## Exercise instructions:
Nothing but the lines from the one with "face PLANE(AX(P(-95.25,25.4,28.575),D(0,-1,0),D(0,0,-1))) rev" down to the one with "e35 v32 v31 LINE" should be returned, exactly and with both ends included, from the material below.

## Input for this task:
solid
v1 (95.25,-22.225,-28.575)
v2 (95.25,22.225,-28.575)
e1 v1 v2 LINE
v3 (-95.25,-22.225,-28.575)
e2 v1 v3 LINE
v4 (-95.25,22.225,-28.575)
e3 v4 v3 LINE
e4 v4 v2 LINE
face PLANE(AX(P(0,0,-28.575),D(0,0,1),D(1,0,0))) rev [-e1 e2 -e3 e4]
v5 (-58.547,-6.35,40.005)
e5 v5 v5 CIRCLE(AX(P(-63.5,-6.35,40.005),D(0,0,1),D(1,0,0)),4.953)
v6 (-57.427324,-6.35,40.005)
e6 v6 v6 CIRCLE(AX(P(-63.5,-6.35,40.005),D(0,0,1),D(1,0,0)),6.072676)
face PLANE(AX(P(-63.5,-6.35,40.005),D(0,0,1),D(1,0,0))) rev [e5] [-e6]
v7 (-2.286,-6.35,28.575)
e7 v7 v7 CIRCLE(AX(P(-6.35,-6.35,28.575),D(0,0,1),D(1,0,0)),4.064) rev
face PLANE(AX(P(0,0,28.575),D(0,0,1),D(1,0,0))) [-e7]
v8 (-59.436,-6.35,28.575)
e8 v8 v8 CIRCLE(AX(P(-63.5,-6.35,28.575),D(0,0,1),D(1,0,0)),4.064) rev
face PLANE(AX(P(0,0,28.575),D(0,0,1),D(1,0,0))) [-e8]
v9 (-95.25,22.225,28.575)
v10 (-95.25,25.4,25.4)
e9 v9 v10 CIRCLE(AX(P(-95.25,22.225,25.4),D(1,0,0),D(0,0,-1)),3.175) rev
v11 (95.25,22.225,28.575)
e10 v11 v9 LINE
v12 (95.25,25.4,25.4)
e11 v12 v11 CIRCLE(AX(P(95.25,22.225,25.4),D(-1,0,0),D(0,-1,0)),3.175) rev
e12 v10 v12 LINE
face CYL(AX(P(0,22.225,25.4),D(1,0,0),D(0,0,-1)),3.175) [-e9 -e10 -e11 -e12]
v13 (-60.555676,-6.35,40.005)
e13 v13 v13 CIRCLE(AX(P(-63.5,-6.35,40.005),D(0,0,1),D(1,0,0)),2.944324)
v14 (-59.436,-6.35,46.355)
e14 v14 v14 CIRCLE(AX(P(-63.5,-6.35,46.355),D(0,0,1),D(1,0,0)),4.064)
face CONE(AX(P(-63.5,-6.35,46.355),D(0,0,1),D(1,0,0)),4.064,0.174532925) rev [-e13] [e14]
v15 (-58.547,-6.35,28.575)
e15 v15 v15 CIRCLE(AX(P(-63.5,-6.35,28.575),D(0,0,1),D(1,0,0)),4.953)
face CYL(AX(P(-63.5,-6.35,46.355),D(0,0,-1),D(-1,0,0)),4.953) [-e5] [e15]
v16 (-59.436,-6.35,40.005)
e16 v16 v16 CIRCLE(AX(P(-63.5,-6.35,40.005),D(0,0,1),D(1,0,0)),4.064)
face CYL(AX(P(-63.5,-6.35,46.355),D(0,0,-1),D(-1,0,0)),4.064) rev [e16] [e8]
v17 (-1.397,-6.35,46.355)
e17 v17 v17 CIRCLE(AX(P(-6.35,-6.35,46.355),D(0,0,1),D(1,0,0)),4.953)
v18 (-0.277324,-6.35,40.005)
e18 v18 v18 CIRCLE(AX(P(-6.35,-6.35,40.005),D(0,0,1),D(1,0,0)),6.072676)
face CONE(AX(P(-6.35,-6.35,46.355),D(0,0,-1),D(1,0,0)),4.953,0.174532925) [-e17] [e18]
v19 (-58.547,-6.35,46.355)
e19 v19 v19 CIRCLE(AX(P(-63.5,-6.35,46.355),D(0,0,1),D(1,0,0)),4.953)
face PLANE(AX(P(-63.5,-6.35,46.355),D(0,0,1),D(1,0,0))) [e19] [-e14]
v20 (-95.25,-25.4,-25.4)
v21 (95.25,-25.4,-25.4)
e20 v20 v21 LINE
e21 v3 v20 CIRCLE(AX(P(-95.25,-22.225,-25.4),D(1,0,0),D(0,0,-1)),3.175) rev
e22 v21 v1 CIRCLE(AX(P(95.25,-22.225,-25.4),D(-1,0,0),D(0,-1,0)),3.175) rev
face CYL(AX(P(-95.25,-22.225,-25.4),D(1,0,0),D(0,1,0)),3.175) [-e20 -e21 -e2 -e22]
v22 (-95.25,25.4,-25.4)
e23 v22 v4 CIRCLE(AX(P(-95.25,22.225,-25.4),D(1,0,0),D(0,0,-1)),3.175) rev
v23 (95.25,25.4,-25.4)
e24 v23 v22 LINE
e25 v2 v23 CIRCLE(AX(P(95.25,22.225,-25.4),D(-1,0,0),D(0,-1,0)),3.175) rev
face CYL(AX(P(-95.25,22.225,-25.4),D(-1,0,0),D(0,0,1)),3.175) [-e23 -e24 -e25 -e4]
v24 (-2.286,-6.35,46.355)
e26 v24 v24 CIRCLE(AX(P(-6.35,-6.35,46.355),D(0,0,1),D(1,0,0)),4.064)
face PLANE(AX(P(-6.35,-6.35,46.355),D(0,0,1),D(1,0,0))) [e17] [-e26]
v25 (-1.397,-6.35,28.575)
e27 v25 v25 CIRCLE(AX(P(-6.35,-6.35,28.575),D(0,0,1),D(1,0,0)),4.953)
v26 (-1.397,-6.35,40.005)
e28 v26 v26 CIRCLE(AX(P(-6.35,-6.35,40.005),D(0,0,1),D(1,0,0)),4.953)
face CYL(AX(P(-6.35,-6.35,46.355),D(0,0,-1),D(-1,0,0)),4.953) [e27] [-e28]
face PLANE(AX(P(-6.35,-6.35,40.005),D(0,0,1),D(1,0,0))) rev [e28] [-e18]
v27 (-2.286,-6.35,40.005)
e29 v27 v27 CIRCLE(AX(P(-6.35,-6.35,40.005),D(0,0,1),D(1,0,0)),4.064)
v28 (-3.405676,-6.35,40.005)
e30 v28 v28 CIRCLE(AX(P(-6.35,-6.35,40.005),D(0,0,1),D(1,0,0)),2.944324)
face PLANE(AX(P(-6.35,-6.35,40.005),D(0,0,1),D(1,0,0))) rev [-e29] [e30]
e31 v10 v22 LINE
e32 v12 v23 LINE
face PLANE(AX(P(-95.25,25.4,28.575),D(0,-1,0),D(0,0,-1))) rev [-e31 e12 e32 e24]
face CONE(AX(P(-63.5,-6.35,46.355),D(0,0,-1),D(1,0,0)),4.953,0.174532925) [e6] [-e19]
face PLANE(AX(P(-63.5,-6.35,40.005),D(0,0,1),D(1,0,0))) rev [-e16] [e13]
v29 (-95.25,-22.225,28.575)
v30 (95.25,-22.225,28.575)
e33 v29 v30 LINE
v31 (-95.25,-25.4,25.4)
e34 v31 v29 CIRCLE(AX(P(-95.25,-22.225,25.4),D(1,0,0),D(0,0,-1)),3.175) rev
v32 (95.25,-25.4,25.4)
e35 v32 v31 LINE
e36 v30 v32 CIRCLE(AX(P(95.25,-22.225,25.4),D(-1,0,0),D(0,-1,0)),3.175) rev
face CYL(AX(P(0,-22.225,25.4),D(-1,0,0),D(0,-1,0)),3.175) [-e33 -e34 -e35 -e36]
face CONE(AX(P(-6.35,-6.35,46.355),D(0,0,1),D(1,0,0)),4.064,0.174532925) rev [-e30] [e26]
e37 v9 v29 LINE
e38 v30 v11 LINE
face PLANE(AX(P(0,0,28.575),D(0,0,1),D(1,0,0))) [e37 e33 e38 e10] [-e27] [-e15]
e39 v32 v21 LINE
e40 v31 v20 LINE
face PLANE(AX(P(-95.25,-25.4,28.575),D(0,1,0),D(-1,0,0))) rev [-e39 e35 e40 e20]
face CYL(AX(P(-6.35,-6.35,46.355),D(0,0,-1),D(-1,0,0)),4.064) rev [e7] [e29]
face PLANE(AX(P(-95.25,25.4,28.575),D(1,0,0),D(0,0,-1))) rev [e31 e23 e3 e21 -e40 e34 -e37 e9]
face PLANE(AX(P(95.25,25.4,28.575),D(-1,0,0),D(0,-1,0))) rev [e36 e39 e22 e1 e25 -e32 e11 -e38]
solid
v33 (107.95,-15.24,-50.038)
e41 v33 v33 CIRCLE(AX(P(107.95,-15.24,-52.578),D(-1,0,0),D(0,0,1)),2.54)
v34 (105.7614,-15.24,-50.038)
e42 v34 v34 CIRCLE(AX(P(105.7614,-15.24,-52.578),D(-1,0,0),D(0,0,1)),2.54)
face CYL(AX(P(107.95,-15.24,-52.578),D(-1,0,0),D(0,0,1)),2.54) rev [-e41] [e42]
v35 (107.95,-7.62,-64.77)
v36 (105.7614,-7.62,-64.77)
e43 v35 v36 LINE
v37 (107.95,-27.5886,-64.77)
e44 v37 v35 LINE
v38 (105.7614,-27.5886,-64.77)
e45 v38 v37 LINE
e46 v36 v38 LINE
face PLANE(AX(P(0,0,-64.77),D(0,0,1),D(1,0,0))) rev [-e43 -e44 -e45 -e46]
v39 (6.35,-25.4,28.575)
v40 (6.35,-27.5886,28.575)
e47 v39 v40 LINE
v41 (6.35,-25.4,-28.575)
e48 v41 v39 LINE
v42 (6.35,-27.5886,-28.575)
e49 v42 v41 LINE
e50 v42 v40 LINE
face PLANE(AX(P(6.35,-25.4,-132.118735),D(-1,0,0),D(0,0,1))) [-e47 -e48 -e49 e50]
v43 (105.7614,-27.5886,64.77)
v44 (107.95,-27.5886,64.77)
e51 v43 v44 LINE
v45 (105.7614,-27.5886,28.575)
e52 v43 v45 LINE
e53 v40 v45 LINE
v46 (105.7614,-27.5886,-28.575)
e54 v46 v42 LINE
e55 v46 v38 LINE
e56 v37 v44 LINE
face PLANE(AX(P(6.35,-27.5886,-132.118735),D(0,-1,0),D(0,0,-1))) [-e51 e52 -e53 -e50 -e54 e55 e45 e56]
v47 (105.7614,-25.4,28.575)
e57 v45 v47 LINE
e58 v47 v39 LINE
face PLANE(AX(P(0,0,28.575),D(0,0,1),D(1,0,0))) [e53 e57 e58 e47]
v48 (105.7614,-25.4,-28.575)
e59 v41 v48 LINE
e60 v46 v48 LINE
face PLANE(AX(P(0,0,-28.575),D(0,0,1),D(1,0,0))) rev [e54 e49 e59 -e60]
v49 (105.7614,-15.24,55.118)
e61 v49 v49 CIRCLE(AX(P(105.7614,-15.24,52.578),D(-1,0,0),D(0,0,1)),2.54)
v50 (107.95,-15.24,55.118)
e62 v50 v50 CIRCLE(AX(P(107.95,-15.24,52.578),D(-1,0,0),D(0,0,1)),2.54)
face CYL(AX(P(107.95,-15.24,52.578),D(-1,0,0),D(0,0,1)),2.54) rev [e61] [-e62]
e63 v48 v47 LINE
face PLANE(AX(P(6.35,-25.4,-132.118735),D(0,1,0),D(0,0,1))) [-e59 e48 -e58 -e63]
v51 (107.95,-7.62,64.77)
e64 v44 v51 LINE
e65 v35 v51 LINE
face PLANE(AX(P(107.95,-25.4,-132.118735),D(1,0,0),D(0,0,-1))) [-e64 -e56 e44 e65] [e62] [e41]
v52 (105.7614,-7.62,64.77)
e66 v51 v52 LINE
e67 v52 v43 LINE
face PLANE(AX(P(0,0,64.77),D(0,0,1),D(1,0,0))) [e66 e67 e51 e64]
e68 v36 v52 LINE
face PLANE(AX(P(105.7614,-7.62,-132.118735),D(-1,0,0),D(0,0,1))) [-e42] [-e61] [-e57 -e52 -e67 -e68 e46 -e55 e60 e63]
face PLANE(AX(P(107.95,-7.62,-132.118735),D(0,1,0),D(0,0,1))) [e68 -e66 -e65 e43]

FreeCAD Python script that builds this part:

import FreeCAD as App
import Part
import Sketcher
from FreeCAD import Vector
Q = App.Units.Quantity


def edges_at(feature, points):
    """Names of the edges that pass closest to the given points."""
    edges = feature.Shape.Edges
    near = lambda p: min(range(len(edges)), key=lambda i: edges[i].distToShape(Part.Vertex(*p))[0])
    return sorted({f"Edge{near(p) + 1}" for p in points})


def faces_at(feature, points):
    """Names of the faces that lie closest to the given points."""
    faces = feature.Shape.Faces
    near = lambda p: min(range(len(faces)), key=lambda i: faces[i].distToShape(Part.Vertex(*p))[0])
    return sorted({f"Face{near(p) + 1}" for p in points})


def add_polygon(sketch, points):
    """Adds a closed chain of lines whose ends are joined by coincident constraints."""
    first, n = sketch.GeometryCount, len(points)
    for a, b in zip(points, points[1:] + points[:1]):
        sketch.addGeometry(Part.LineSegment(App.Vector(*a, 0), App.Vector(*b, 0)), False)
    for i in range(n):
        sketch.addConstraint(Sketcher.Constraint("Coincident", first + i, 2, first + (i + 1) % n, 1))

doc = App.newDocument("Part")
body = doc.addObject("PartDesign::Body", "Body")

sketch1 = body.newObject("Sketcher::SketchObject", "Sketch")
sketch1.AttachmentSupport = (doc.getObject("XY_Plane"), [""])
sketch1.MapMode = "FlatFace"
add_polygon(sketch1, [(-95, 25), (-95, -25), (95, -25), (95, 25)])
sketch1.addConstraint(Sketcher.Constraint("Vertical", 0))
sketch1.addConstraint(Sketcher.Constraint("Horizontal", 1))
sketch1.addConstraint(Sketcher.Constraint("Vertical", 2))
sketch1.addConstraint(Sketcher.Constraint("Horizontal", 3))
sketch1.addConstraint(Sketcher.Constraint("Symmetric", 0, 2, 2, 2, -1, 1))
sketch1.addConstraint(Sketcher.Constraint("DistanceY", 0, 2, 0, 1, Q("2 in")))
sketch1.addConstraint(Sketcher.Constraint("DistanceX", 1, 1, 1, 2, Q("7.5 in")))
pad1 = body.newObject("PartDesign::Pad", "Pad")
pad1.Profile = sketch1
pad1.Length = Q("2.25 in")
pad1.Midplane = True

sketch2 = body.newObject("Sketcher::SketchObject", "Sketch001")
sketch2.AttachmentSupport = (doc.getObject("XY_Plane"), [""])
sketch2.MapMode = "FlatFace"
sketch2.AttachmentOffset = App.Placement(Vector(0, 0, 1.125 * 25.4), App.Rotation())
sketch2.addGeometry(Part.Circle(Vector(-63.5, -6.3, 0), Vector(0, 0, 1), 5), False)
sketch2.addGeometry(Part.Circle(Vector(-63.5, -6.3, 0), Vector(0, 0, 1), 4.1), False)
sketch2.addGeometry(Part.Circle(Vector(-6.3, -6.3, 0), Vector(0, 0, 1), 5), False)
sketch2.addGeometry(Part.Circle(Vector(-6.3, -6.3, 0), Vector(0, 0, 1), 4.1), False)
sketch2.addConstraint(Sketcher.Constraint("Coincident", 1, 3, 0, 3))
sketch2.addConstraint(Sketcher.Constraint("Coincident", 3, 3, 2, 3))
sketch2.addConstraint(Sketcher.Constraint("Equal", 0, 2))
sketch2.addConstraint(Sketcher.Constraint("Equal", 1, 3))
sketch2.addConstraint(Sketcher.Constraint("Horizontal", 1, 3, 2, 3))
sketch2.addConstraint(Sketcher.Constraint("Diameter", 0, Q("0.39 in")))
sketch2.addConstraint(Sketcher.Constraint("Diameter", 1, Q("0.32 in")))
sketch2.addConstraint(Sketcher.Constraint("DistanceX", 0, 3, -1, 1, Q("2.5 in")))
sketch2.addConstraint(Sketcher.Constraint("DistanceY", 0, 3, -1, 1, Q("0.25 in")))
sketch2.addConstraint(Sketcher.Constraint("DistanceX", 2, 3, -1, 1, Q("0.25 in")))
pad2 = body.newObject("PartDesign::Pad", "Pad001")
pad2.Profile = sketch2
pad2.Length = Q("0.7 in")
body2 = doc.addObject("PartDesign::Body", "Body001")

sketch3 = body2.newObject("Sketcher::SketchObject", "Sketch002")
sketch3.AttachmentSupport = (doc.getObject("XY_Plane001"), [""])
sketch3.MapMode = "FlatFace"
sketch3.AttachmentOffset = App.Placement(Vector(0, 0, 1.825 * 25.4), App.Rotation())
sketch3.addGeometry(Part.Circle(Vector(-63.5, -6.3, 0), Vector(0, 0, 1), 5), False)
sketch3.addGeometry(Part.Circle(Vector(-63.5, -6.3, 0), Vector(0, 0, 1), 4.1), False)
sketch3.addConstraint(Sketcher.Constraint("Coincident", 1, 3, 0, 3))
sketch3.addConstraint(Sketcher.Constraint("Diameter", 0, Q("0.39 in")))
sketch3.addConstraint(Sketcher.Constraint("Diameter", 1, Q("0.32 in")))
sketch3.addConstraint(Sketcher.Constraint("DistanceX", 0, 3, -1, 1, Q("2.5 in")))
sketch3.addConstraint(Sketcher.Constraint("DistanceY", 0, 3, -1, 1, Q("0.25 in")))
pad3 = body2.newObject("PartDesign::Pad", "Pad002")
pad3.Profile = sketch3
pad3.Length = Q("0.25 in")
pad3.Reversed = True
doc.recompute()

## Output of the task:
face PLANE(AX(P(-95.25,25.4,28.575),D(0,-1,0),D(0,0,-1))) rev [-e31 e12 e32 e24]
face CONE(AX(P(-63.5,-6.35,46.355),D(0,0,-1),D(1,0,0)),4.953,0.174532925) [e6] [-e19]
face PLANE(AX(P(-63.5,-6.35,40.005),D(0,0,1),D(1,0,0))) rev [-e16] [e13]
v29 (-95.25,-22.225,28.575)
v30 (95.25,-22.225,28.575)
e33 v29 v30 LINE
v31 (-95.25,-25.4,25.4)
e34 v31 v29 CIRCLE(AX(P(-95.25,-22.225,25.4),D(1,0,0),D(0,0,-1)),3.175) rev
v32 (95.25,-25.4,25.4)
e35 v32 v31 LINE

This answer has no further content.